Seeing how the demo works, how was this workflow created?

I. Development of ideas:
1. Generate copy topics, backgrounds, and image cues based on themes via big models
2. Mirror pictures based on cued word derivatives
3. Determination of the screen presentation through the image generation and drawing board module
4. Generate a timeline from the audio and create a draft cutscene
III. Detailed workflow analysis

1. Start node

2、Generate short video copy according to the theme

3, with the help of large model students into the mirror prompt words

4, batch processing to generate images, audio

5. Create a draft cutout and generate a corresponding timeline based on the audio

At this point, the workflow for immersive historical storytelling is developed.

Thank you for reading, if this article is helpful to you, please like to pay attention to Oh, I will continue to share good workflow tutorials.

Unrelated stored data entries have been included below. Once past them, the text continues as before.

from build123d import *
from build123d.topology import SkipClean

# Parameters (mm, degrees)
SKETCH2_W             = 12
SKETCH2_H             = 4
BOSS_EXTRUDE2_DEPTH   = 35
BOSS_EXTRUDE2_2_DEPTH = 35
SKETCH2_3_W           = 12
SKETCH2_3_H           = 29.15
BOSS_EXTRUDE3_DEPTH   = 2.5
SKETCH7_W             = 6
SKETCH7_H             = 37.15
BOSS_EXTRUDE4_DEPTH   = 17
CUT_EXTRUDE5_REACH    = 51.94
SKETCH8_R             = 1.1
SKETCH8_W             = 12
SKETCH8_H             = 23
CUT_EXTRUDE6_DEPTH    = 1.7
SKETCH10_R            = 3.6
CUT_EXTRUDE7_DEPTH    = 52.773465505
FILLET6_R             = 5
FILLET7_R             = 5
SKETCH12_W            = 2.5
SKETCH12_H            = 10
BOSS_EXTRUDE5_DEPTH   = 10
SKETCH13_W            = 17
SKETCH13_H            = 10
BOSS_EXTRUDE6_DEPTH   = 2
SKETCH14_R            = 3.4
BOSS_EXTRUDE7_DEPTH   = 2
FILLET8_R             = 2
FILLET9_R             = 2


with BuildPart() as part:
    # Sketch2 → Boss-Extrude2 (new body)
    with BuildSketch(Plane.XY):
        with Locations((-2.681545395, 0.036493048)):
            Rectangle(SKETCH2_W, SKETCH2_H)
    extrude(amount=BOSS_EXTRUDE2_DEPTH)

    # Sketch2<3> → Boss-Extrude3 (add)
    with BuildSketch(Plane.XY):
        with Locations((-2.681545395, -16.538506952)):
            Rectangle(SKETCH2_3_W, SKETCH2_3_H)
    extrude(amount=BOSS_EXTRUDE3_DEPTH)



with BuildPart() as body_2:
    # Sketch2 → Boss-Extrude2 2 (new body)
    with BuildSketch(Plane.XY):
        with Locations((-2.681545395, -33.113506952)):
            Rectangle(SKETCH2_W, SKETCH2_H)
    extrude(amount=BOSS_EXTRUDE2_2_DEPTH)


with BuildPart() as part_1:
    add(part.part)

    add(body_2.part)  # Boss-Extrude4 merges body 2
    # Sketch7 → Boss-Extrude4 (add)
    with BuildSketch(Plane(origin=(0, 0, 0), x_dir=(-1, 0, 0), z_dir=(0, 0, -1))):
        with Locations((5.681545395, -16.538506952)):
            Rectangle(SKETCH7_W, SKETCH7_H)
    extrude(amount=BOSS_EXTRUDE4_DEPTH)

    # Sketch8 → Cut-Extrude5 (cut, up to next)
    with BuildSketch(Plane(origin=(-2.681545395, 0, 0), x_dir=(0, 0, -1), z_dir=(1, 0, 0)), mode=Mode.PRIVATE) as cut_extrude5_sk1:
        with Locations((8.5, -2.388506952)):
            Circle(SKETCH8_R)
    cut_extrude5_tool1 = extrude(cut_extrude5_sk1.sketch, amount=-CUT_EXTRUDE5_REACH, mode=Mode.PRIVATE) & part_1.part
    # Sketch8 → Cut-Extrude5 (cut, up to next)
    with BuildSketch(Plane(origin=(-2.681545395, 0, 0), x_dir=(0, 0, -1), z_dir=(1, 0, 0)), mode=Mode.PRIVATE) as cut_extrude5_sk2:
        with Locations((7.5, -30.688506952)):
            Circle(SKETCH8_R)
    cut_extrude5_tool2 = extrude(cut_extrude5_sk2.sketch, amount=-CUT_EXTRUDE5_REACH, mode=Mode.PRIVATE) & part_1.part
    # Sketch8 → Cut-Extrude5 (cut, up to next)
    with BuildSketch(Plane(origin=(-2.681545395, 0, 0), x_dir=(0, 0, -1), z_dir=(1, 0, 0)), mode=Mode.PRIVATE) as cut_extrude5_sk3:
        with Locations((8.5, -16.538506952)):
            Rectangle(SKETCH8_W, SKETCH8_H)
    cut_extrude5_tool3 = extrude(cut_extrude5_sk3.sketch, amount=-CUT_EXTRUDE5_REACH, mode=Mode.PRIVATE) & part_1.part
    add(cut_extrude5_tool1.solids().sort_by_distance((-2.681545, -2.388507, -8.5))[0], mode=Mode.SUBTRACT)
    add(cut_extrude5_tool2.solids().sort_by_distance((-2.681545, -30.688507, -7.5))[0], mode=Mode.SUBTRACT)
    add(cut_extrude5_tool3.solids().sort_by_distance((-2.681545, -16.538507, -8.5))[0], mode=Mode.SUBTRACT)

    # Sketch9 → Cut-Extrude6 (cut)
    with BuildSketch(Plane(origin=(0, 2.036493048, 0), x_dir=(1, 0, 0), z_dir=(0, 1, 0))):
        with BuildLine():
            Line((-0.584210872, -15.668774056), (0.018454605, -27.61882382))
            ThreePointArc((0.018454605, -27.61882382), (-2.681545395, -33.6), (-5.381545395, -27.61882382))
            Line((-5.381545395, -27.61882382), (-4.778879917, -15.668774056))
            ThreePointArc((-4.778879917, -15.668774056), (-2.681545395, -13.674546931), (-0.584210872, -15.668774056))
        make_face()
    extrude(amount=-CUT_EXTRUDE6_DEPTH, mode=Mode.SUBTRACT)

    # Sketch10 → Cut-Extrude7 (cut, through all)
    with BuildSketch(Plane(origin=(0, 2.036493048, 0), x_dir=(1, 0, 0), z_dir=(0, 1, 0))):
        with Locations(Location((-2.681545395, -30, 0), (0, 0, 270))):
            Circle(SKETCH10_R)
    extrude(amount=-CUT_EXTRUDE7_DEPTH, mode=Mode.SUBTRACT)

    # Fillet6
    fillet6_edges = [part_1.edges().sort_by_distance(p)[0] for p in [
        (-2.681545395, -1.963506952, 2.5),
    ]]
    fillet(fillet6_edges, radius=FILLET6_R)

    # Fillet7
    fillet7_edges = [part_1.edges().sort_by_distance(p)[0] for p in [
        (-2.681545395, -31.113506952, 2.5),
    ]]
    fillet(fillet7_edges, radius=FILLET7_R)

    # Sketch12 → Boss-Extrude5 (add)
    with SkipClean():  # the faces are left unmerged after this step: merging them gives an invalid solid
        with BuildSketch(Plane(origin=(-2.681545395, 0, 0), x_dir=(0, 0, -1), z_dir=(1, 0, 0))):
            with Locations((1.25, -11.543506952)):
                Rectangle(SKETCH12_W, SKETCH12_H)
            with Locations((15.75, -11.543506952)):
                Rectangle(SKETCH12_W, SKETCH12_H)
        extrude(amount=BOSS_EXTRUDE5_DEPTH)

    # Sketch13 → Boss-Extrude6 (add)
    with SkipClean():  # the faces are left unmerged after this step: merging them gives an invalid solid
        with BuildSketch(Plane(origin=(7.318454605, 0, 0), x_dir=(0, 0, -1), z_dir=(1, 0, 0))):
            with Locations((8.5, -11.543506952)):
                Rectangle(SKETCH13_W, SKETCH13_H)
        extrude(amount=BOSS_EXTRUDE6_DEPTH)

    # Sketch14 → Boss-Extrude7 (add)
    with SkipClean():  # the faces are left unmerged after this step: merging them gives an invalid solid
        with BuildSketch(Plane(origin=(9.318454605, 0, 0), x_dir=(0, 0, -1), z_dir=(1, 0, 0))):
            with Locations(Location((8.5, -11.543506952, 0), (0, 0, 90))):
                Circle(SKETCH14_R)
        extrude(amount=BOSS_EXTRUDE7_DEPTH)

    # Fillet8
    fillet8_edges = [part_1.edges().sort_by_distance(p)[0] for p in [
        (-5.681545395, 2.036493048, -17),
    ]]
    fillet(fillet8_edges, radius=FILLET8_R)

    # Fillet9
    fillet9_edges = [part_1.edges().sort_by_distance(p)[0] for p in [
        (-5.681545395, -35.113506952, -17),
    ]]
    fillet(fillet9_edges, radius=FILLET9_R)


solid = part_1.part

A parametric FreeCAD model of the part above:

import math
import FreeCAD as App
import Part
import Sketcher

V = App.Vector


def edges_at(feature, points):
    """Names of the edges that pass closest to the given points."""
    edges = feature.Shape.Edges
    near = lambda p: min(range(len(edges)), key=lambda i: edges[i].distToShape(Part.Vertex(*p))[0])
    return sorted({f"Edge{near(p) + 1}" for p in points})


def add_polygon(sketch, points):
    """Adds a closed chain of lines whose ends are joined by coincident constraints."""
    first, n = sketch.GeometryCount, len(points)
    for a, b in zip(points, points[1:] + points[:1]):
        sketch.addGeometry(Part.LineSegment(App.Vector(*a, 0), App.Vector(*b, 0)), False)
    for i in range(n):
        sketch.addConstraint(Sketcher.Constraint("Coincident", first + i, 2, first + (i + 1) % n, 1))

doc = App.newDocument("Part")
params = doc.addObject("Spreadsheet::Sheet", "Params")
for row, (alias, value) in enumerate([
    ("sketch1_width", "12 mm"),
    ("sketch1_height", "4 mm"),
    ("pad1_length", "35 mm"),
    ("sketch2_width", "12 mm"),
    ("sketch2_height", "29.15 mm"),
    ("pad2_length", "2.5 mm"),
    ("sketch3_width", "12 mm"),
    ("sketch3_height", "4 mm"),
    ("pad3_length", "35 mm"),
    ("sketch4_width", "6 mm"),
    ("sketch4_height", "37.15 mm"),
    ("pad4_length", "17 mm"),
    ("sketch5_diameter", "2.2 mm"),
    ("sketch6_diameter", "2.2 mm"),
    ("sketch7_width", "23 mm"),
    ("sketch7_height", "12 mm"),
    ("sketch8_radius", "2.1 mm"),
    ("sketch8_radius2", "3.6 mm"),
    ("pocket4_length", "1.7 mm"),
    ("sketch9_diameter", "7.2 mm"),
    ("fillet_radius", "5 mm"),
    ("fillet2_radius", "5 mm"),
    ("sketch10_width", "10 mm"),
    ("sketch10_height", "2.5 mm"),
    ("pad5_length", "10 mm"),
    ("sketch11_width", "10 mm"),
    ("sketch11_height", "17 mm"),
    ("pad6_length", "2 mm"),
    ("sketch12_diameter", "6.8 mm"),
    ("pad7_length", "2 mm"),
    ("fillet3_radius", "2 mm"),
    ("fillet4_radius", "2 mm"),
], start=1):
    params.set(f"A{row}", alias)
    params.set(f"B{row}", "=" + value)
    params.setAlias(f"B{row}", alias)

body = doc.addObject("PartDesign::Body", "Body")

# Sketch on XY plane
sketch1 = body.newObject("Sketcher::SketchObject", "Sketch")
sketch1.AttachmentSupport = (doc.getObject("XY_Plane"), [""])
sketch1.MapMode = "FlatFace"
add_polygon(sketch1, [(-8.681545, 2.036493), (-8.681545, -1.963507), (3.318455, -1.963507), (3.318455, 2.036493)])  # lines 0-3
sketch1.addConstraint([
    Sketcher.Constraint("Vertical", 0),
    Sketcher.Constraint("Horizontal", 1),
    Sketcher.Constraint("Vertical", 2),
    Sketcher.Constraint("Horizontal", 3),
    Sketcher.Constraint("DistanceX", 1, 1, 1, 2, 12.0),
    Sketcher.Constraint("DistanceY", 0, 2, 0, 1, 4.0),
    Sketcher.Constraint("DistanceX", 0, 2, -1, 1, 8.681545),
    Sketcher.Constraint("DistanceY", 0, 2, -1, 1, 1.963507),
])
sketch1.setExpression("Constraints[8]", "Params.sketch1_width")
sketch1.setExpression("Constraints[9]", "Params.sketch1_height")
pad1 = body.newObject("PartDesign::Pad", "Pad")
pad1.Profile = sketch1
pad1.setExpression("Length", "Params.pad1_length")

This tool has been placed in our shared space, and there are dozens of smart body workflows for you to experience~!

Welcome to my AI Intelligentsia workspace!

You will acquire the rights and benefits:

Dozens of intelligent workflows are at your disposal when you enter the co-creation space, and more will be added all the time!

〇 Exclusive member group Q&A service, any questions in the use of intelligent body workflow can be

ã€€ã€€ã€€ã€€Members and friends can mention the needs of the body, the demand for more will be developed to put space for everyone to use!
July 13, 2025

AICG

The fiery cut fruit ASMR video on the whole network, it turns out to be done like this! (with AI generation tutorial + free channel)

✅ Step 1: Prepare the Prompt (Prompt)

🧠 Example prompt word 1 (good for getting started quickly):

🧠 Example Prompt Word 2 (Premium + Multiple Perspectives):

🔄 Quickly generate prompt words (AI help writing recommended):

✅ Step 2: Generate Video with Veo 3

📍 Method 1: Gemini official website (easy to use)

📍 Method 2: Google Labs Flow (customizable)

🎬 Final advice: don't just play, make accounts!